#### Exercise directions:
Copy out the lines of the records below, and only those lines, from the one with "v 7.527 17.126 -10" through the one with "v 9.121 -19.125 -10", exactly as they appear.

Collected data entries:
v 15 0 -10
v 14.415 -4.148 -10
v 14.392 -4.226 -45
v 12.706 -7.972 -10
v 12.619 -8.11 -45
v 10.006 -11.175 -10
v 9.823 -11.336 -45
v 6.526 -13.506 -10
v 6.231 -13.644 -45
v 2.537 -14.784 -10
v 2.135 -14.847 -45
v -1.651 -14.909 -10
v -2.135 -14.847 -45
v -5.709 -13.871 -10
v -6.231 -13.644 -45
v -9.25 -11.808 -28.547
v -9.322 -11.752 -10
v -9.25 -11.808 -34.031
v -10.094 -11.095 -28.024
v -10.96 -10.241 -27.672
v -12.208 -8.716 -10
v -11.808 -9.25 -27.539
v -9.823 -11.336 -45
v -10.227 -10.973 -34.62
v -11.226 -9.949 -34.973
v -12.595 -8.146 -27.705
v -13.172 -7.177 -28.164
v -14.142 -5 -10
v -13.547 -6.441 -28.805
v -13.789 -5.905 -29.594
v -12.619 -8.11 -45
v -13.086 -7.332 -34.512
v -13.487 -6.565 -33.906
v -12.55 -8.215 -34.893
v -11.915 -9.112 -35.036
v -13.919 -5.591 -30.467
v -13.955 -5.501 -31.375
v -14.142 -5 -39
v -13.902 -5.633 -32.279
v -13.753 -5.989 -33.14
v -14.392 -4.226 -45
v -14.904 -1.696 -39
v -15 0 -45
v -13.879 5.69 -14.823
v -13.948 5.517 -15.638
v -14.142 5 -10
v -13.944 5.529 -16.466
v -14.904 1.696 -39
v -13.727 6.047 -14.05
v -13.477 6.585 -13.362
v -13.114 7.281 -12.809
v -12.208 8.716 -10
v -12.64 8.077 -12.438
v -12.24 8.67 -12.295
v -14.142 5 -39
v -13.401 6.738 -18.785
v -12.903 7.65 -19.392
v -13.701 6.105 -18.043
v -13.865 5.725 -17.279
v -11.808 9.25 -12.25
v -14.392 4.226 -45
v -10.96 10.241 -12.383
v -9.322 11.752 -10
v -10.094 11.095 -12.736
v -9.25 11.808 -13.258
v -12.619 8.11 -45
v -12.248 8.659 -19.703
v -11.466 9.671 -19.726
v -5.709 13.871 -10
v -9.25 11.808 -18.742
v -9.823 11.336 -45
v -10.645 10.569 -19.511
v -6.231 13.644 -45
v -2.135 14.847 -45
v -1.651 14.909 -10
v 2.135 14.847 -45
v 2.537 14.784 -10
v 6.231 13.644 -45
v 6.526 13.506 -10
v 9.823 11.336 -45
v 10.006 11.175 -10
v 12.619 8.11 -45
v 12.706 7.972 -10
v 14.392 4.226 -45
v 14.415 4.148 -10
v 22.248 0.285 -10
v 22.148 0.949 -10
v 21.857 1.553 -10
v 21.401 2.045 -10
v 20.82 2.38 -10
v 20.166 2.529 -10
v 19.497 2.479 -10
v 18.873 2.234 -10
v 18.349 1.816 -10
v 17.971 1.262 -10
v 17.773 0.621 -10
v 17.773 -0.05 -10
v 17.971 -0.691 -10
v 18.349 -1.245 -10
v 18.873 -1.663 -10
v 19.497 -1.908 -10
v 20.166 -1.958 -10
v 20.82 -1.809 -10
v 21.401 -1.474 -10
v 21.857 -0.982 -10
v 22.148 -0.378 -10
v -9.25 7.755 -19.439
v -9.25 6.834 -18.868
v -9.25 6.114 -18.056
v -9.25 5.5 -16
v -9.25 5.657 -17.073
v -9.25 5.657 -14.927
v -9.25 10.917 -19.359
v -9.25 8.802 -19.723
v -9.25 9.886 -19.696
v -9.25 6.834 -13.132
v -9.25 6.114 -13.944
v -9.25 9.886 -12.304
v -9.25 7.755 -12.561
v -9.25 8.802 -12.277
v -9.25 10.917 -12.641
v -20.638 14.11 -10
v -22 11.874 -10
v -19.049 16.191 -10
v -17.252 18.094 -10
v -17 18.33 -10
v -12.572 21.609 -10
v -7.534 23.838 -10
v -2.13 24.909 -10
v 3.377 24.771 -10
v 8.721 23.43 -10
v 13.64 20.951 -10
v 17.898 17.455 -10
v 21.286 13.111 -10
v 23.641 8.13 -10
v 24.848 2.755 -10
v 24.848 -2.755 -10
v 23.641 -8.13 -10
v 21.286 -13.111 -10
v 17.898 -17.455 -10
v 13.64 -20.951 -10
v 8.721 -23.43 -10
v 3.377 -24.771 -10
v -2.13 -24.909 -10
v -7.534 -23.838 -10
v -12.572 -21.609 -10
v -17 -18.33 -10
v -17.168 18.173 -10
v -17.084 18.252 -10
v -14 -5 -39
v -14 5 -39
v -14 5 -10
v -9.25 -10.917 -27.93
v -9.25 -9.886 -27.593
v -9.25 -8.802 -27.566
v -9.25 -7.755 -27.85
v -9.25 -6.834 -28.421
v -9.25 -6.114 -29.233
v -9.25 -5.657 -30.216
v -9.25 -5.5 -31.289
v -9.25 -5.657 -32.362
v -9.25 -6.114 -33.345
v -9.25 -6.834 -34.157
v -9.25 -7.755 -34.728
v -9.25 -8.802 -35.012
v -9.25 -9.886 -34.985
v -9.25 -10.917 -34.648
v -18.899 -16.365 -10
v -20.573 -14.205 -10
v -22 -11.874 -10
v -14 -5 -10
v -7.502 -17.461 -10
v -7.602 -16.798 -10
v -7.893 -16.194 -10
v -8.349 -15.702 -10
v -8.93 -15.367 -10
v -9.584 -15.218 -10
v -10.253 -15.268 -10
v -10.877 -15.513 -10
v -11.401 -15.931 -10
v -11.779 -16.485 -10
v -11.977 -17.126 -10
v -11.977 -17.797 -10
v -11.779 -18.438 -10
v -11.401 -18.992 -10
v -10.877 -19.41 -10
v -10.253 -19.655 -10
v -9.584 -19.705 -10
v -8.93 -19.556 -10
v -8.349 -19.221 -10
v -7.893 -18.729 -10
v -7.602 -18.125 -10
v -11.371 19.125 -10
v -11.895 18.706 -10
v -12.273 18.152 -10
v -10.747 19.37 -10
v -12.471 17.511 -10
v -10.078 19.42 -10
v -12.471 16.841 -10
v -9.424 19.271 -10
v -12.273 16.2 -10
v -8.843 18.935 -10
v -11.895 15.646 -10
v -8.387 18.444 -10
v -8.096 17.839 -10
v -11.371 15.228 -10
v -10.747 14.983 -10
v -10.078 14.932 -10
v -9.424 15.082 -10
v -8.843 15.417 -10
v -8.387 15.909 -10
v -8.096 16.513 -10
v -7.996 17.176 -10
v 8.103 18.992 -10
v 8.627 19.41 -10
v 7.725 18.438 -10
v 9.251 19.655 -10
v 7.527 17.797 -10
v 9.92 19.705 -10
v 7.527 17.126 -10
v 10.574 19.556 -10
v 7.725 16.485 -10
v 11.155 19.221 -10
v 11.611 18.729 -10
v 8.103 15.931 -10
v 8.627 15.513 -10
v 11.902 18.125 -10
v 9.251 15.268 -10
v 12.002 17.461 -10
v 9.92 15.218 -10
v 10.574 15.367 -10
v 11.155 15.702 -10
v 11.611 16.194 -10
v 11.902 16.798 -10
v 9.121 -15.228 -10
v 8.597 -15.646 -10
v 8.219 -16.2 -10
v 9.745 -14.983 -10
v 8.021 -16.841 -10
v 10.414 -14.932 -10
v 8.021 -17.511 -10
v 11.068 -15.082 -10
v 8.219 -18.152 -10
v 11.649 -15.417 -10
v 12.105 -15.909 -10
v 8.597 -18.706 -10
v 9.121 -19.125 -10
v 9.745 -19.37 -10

#### Result of this task:
v 7.527 17.126 -10
v 10.574 19.556 -10
v 7.725 16.485 -10
v 11.155 19.221 -10
v 11.611 18.729 -10
v 8.103 15.931 -10
v 8.627 15.513 -10
v 11.902 18.125 -10
v 9.251 15.268 -10
v 12.002 17.461 -10
v 9.92 15.218 -10
v 10.574 15.367 -10
v 11.155 15.702 -10
v 11.611 16.194 -10
v 11.902 16.798 -10
v 9.121 -15.228 -10
v 8.597 -15.646 -10
v 8.219 -16.2 -10
v 9.745 -14.983 -10
v 8.021 -16.841 -10
v 10.414 -14.932 -10
v 8.021 -17.511 -10
v 11.068 -15.082 -10
v 8.219 -18.152 -10
v 11.649 -15.417 -10
v 12.105 -15.909 -10
v 8.597 -18.706 -10
v 9.121 -19.125 -10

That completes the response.